Look closely at the books in the background of a Zoom call and you might see one or two written by two-time Pulitzer Prize-winning author Robert Caro.

When his research partner and wife, Ina Caro, noticed his book "The Power Broker" sitting behind people's heads, Robert Caro says he was startled and humbled.

“I'm feeling good about it because that book came out 46 years ago,” he says. “To see young political reporters using it now, that's sort of, to be honest with you, thrilling to me.”

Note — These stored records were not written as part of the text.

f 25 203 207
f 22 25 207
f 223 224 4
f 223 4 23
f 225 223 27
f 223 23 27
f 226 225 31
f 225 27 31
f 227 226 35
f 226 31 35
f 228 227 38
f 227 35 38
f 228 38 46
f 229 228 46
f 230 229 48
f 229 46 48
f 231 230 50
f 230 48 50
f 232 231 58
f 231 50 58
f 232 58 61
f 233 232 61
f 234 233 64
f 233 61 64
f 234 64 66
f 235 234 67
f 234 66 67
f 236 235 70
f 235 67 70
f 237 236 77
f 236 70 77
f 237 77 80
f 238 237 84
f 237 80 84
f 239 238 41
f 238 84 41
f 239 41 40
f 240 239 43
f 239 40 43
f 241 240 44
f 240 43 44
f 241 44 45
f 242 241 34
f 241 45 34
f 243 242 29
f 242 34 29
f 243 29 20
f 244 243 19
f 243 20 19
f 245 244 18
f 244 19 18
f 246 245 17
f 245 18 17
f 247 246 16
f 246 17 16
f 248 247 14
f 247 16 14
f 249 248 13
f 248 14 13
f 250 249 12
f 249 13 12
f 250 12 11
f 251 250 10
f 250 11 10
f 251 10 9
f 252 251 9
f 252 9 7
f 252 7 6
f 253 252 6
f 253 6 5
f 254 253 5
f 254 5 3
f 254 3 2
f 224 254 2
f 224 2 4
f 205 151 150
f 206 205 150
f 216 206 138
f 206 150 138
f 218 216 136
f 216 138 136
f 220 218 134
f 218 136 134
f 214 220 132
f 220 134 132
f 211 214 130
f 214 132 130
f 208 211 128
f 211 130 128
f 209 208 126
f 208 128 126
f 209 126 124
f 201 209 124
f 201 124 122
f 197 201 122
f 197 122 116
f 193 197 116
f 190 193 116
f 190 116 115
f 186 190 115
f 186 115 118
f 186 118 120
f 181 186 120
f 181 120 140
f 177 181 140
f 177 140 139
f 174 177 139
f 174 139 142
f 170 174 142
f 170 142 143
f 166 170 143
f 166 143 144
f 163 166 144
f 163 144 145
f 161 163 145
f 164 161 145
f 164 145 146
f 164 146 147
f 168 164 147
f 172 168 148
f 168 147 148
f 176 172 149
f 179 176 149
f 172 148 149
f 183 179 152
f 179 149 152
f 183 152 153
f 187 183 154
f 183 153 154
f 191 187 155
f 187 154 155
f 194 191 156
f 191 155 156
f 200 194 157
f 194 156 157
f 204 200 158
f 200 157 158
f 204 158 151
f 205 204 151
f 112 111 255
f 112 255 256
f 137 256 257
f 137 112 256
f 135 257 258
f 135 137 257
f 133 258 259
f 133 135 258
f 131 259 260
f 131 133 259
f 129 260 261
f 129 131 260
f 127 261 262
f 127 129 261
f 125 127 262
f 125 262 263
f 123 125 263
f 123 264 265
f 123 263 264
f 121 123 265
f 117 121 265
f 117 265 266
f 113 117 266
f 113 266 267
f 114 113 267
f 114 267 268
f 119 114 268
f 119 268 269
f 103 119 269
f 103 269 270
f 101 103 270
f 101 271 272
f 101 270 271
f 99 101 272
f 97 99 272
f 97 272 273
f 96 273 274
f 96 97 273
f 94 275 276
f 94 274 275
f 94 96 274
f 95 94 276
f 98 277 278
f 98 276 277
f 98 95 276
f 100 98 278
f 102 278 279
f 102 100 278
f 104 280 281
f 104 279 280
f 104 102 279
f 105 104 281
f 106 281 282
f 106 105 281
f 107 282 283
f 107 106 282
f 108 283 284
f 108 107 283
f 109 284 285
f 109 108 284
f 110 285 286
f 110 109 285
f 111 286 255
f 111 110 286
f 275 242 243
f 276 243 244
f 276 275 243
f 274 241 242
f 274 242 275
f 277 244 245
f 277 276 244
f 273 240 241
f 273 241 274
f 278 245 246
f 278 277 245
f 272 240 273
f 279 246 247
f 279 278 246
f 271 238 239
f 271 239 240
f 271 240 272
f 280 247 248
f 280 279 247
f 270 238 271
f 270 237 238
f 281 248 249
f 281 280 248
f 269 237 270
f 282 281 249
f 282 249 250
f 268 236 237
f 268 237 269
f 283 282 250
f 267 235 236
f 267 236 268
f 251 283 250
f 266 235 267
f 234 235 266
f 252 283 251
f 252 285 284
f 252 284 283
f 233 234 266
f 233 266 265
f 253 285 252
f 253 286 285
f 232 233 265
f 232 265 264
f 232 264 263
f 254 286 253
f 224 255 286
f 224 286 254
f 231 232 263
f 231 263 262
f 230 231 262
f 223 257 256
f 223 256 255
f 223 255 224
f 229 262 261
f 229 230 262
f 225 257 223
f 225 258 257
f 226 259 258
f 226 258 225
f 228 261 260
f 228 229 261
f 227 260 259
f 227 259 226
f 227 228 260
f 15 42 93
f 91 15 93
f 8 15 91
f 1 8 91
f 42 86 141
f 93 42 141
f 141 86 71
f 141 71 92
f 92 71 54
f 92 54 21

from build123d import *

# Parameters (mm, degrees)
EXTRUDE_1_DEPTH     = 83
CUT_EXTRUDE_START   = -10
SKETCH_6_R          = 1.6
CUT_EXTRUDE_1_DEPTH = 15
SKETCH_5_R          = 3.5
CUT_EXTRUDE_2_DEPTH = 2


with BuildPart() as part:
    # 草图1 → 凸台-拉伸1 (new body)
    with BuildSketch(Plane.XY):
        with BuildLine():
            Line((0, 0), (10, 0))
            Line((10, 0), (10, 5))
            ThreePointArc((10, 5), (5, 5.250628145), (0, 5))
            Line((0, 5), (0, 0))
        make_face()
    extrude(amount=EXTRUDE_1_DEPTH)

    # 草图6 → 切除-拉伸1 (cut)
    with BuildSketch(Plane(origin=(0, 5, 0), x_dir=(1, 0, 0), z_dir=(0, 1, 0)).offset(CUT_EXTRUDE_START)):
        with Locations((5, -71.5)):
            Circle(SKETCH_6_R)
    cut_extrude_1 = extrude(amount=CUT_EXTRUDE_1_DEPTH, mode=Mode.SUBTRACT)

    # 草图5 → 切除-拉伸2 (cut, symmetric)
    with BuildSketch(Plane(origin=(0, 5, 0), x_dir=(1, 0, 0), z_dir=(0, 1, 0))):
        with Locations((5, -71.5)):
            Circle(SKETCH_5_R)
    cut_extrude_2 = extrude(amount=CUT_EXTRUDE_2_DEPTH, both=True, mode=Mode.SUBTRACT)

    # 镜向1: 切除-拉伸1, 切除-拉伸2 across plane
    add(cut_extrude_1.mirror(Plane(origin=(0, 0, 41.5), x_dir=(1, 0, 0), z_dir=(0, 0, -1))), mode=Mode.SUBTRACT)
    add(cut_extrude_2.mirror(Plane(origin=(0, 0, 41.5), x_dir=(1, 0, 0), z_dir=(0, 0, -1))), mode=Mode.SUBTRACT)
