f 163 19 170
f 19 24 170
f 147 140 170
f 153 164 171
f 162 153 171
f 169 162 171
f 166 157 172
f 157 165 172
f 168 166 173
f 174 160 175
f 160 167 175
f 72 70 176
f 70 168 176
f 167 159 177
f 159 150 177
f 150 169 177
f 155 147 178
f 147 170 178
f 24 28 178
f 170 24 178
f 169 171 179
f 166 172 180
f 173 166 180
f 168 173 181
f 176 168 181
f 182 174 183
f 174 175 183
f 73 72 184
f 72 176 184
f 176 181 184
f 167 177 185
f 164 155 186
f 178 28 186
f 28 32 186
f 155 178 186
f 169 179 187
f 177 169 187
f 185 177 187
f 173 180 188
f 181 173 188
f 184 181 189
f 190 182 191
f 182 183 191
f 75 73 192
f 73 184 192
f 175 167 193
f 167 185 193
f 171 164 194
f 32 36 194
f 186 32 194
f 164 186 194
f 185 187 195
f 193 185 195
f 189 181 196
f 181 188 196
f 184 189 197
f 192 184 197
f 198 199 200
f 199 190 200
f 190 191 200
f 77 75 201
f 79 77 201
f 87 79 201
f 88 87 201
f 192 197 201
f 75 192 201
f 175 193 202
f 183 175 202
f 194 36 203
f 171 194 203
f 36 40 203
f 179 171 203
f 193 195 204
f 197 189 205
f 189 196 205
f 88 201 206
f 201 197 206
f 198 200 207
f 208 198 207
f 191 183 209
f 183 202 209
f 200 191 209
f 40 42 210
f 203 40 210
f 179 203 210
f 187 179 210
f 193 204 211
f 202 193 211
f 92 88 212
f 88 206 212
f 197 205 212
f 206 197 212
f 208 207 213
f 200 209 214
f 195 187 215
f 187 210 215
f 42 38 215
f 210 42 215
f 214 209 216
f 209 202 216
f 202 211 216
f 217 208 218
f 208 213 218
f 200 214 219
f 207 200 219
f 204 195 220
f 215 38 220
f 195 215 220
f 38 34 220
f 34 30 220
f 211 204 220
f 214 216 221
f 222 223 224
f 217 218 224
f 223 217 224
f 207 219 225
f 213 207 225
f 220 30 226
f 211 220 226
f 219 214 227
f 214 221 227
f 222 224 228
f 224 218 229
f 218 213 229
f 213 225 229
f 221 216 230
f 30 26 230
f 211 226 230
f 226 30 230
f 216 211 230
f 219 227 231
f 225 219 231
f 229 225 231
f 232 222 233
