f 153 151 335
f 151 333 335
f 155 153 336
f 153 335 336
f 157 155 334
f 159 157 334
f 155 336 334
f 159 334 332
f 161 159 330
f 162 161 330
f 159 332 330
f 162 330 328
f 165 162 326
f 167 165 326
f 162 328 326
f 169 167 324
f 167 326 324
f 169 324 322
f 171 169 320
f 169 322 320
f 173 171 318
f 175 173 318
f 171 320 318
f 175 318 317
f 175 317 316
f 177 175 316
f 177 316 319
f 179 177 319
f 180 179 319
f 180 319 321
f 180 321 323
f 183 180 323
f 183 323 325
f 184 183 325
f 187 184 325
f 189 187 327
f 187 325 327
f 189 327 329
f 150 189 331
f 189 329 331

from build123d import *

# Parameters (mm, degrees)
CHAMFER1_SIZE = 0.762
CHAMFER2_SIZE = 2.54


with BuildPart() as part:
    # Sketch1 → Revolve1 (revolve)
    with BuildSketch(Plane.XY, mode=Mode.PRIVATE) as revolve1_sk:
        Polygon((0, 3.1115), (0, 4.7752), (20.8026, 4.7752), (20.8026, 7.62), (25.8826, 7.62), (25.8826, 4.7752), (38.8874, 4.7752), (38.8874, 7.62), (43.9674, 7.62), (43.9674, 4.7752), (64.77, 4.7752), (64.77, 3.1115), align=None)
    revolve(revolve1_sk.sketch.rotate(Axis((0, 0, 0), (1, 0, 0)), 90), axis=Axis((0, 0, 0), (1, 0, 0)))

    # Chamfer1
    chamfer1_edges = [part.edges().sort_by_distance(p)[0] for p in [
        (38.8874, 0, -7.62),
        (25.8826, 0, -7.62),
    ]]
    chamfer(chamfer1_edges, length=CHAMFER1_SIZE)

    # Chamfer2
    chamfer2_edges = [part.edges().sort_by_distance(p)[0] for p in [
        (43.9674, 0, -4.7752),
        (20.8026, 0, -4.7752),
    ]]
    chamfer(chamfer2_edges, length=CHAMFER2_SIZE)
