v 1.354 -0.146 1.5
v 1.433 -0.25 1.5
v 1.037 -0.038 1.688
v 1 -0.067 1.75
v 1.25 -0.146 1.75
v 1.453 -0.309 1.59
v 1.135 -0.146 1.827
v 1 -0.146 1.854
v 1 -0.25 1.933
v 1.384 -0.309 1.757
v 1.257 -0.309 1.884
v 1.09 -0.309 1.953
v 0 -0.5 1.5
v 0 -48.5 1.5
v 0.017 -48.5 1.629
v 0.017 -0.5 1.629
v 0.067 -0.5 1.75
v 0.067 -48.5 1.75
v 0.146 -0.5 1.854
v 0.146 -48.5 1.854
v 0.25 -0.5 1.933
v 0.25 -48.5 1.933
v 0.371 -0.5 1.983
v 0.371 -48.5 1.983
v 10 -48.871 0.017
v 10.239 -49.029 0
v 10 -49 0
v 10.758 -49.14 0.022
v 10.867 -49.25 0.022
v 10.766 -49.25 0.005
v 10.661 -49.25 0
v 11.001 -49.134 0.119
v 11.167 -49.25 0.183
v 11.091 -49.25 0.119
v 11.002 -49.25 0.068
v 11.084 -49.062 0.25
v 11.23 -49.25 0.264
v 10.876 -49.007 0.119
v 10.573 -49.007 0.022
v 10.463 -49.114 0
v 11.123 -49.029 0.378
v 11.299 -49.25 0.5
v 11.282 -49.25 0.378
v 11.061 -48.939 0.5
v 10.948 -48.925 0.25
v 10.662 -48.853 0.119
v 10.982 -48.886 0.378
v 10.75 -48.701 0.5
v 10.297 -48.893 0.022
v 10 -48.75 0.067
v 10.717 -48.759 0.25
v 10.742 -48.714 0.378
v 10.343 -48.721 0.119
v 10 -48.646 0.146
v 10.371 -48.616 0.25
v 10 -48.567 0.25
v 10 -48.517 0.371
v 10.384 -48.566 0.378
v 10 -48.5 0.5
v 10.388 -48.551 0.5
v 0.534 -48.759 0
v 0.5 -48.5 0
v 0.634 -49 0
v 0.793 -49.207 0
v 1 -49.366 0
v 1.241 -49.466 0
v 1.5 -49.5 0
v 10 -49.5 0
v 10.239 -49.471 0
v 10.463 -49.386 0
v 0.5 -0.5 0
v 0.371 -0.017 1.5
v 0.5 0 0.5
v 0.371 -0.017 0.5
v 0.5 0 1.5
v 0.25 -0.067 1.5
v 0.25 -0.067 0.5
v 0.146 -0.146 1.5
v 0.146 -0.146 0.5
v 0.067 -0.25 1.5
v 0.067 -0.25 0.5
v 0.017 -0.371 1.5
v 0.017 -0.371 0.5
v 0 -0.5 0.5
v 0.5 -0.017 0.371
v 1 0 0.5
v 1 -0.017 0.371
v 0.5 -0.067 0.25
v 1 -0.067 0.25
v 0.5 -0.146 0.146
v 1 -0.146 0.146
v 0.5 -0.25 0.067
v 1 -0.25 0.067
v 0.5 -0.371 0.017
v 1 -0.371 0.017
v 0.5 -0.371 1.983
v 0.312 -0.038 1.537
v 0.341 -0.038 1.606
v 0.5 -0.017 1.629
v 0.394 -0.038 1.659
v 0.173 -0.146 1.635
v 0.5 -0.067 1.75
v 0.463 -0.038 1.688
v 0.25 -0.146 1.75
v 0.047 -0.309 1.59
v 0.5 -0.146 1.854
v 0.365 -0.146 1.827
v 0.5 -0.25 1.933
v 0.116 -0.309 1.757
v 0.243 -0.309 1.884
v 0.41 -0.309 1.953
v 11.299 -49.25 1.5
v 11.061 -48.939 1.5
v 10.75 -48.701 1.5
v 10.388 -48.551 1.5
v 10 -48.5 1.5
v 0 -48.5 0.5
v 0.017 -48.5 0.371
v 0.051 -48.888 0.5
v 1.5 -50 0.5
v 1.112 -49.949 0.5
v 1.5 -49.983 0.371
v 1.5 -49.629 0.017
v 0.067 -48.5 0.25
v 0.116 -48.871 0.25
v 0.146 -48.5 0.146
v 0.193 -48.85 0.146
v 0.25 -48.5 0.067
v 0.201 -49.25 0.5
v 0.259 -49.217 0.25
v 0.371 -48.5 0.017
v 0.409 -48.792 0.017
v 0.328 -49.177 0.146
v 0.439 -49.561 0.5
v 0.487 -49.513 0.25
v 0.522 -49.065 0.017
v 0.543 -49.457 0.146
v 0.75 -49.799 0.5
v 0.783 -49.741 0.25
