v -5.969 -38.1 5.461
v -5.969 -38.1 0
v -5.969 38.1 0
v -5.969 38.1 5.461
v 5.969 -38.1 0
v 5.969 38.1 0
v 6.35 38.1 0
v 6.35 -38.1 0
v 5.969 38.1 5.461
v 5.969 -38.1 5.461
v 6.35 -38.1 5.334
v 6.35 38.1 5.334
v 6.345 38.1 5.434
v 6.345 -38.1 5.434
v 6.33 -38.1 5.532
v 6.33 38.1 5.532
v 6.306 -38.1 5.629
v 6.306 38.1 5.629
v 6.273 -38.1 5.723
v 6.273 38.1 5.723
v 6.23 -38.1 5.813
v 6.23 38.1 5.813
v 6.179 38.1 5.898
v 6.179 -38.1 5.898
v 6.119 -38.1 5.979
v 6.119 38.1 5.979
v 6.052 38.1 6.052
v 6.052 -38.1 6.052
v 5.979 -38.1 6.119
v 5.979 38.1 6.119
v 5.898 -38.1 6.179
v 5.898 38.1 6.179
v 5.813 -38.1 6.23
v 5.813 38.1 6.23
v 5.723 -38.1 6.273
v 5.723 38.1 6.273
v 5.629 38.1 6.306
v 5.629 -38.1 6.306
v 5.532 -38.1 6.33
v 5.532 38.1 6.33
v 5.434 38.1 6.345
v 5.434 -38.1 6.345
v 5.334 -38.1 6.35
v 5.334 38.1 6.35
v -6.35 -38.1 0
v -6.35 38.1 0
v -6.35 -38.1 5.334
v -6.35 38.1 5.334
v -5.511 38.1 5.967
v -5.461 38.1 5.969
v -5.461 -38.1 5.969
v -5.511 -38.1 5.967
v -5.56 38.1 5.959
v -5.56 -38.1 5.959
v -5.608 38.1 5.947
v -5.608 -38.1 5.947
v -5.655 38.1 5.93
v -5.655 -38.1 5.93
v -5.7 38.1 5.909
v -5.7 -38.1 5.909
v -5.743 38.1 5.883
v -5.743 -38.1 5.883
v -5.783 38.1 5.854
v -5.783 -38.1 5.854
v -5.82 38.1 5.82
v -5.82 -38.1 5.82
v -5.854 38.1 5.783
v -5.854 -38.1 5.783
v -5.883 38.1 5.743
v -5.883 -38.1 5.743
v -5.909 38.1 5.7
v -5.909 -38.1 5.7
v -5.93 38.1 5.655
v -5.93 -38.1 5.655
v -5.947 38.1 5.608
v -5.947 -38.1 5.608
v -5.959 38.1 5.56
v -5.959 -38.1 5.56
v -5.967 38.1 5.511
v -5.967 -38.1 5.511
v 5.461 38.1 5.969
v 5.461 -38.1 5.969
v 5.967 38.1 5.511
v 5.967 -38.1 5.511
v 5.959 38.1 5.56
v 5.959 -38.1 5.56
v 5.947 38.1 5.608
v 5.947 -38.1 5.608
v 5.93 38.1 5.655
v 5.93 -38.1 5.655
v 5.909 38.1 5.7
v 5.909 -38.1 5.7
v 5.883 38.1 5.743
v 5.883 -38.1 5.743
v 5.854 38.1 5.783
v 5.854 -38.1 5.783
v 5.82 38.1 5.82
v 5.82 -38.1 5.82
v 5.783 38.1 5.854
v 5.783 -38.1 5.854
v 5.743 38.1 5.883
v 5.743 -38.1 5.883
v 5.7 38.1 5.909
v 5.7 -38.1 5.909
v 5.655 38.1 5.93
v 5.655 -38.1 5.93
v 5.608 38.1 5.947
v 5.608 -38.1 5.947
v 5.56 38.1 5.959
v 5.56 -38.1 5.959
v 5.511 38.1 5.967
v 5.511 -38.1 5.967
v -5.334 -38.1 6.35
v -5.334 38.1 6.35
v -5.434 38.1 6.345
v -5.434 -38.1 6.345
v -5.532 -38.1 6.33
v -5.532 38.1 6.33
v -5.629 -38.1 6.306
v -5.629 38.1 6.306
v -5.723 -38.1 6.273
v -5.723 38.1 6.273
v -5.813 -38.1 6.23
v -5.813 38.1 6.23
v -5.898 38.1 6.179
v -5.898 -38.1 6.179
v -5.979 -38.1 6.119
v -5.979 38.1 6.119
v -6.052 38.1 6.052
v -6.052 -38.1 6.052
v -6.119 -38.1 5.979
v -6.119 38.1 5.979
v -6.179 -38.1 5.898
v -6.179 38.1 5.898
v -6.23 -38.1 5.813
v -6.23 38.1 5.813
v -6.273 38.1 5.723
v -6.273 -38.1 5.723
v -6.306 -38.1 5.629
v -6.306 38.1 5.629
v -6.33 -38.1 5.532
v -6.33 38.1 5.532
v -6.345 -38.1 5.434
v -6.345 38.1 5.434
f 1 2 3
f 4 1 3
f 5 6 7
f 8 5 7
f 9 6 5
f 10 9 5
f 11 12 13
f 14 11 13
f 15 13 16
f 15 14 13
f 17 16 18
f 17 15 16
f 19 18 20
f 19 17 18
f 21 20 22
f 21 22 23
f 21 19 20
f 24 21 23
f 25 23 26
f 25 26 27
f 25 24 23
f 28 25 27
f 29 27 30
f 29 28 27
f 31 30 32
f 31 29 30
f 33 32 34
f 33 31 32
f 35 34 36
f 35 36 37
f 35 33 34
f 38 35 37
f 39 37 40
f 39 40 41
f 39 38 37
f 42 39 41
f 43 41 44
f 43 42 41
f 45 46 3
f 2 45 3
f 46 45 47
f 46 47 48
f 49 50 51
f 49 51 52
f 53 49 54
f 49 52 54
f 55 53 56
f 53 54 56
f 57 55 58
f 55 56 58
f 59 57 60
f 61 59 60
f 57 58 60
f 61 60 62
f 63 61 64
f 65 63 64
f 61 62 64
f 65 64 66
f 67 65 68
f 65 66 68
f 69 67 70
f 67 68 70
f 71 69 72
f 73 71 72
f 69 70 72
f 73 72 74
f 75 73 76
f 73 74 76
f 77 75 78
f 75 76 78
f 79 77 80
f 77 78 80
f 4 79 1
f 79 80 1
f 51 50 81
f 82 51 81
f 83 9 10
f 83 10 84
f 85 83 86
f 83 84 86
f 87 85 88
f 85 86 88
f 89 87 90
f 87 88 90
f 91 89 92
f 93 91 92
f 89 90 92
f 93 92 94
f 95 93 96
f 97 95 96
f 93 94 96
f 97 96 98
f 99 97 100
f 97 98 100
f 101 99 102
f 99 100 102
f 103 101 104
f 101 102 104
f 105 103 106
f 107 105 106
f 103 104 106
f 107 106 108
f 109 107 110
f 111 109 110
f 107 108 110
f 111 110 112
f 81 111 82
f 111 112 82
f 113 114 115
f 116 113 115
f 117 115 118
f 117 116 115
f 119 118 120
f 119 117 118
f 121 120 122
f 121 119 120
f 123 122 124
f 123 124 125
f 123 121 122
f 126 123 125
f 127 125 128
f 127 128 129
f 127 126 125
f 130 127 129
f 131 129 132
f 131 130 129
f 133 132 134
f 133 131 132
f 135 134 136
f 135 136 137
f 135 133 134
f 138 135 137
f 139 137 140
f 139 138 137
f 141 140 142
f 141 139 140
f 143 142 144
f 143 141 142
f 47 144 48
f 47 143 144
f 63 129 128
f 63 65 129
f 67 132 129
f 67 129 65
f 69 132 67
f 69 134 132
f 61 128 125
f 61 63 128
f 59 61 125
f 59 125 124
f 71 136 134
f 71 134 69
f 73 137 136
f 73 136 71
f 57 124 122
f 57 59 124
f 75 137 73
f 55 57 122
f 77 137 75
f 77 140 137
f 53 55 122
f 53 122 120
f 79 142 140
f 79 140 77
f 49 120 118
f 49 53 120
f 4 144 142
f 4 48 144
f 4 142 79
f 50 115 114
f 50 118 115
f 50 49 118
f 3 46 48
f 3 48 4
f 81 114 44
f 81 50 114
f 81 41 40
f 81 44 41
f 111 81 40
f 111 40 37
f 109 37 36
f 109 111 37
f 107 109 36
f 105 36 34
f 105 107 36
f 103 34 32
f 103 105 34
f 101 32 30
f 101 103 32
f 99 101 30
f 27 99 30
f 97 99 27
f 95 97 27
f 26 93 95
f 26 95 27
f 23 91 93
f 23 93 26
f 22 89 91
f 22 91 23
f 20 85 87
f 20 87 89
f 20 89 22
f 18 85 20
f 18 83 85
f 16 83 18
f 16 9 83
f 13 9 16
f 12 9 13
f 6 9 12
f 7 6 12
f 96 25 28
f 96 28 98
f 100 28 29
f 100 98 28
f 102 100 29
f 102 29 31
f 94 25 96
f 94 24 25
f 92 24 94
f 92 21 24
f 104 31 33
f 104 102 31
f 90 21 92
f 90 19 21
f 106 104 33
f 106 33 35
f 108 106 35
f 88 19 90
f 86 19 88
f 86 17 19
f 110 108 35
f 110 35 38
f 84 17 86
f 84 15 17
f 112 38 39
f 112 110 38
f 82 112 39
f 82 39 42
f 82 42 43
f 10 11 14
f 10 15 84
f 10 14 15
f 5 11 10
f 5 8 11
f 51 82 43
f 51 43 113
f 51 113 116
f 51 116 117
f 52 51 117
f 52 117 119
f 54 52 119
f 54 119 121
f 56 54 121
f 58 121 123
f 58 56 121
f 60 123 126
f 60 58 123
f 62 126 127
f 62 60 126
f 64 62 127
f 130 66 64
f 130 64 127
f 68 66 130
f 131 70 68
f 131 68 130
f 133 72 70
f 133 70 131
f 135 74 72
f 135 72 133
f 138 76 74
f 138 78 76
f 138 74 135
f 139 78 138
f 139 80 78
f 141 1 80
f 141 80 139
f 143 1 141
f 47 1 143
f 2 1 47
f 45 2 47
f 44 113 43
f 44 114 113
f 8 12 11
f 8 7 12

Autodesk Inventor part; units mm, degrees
ref_plane "YZ Plane" through (0, 0, 0) normal (1, 0, 0) x (0, 1, 0)
ref_plane "XZ Plane" through (0, 0, 0) normal (0, 1, 0) x (-1, 0, 0)
ref_plane "XY Plane" through (0, 0, 0) normal (0, 0, 1) x (1, 0, 0)
sketch "Sketch1" plane through (0, 0, 0) normal (0, 0, 1) x (1, 0, 0)
  line L0 (0, 53.34) -> (0, -53.34) projected
  line L1 (-8.89, 0) -> (8.89, 0) projected
  line L2 (-6.35, 38.1) -> (6.35, 38.1)
  line L3 (6.35, 38.1) -> (6.35, -38.1)
  line L4 (6.35, -38.1) -> (-6.35, -38.1)
  line L5 (-6.35, -38.1) -> (-6.35, 38.1)
  dimension "d0" = 12.7
  dimension "d1" = 76.2
extrude "Extrusion1" add sketch "Sketch1" along normal blind 6.35
shell "Shell1" thickness 0.381 removed faces 3 at (2.1167, -38.1, 2.1167) at (2.1167, -12.7, 0) at (-2.1167, 38.1, 2.1167)
fillet "Fillet1" radius 0.508 2 edges at (-5.969, 0, 5.969) (5.969, 0, 5.969)
fillet "Fillet1" radius 1.016 2 edges at (-6.35, 0, 6.35) (6.35, 0, 6.35)
properties part number "Staples" material "Steel, Mild"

His latest book "Working" isn't really a memoir — it's about the processes behind Robert Caro's research and interviews as he writes his acclaimed books, such as"The Power Broker" and "The Years of Lyndon Johnson."

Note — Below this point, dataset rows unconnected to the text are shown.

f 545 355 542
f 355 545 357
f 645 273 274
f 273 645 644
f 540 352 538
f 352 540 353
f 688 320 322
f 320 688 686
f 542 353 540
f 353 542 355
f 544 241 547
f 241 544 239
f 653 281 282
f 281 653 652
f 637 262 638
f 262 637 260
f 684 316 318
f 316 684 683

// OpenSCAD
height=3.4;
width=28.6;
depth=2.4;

He spent years on each — tracking down families carelessly displaced by Robert Moses’ highways and moved his family to Texas to understand former President Lyndon Johnson’s upbringing.

"The Power Broker" tells the story of brilliant but flawed New York builder Robert Moses, who built bridges, parks and Jones Beach on Long Island over many years. While Robert Caro worked on the book, Ina Caro sold their house to acquire some extra money.

Despite their tough financial situation, Robert Caro felt he needed to finish the book to help people understand how power works.

“Robert Moses was never elected to anything. He held power for 44 years. How did he get that?” he says. “I felt it was important to finish the book so that even if I never got to do another one, people would understand how power really works in cities.”

Robert Moses, city construction coordinator, receives the First Annual Gold Medal of the Metropolitan Amateur Athletic Union from Mayor Robert F. Wagner, right, at a dinner for Robert Moses at the Astor Hotel, New York, April 28, 1954. (Tom Fitzsimmons/AP)
Robert Moses, city construction coordinator, receives the First Annual Gold Medal of the Metropolitan Amateur Athletic Union from Mayor Robert F. Wagner, right, at a dinner for Robert Moses at the Astor Hotel, New York, April 28, 1954. (Tom Fitzsimmons/AP)

As a young reporter working at Long Island’s Newsday paper, he received a call from someone at the Federal Aviation Administration offering him files related to a controversy over building an airport. While his colleagues spent their Sunday at a picnic on Fire Island, he sorted through the files.

He returned home to a voicemail from the managing editor’s secretary, which prompted him to tell his wife that the “old-time newspaperman” planned to fire him. Instead, editor Alan Hathway gave him the job of investigative reporter along with a piece of memorable advice.

“He said, ‘Just remember one thing: Turn every page.’ ” he says. “And I remember that and sort of tried to follow it all my life.”

Later, he found more papers related to Moses tucked inside a huge building in New York. These files uncovered a deal to move a road from passing through a rich man’s private golf course to farmland four miles away.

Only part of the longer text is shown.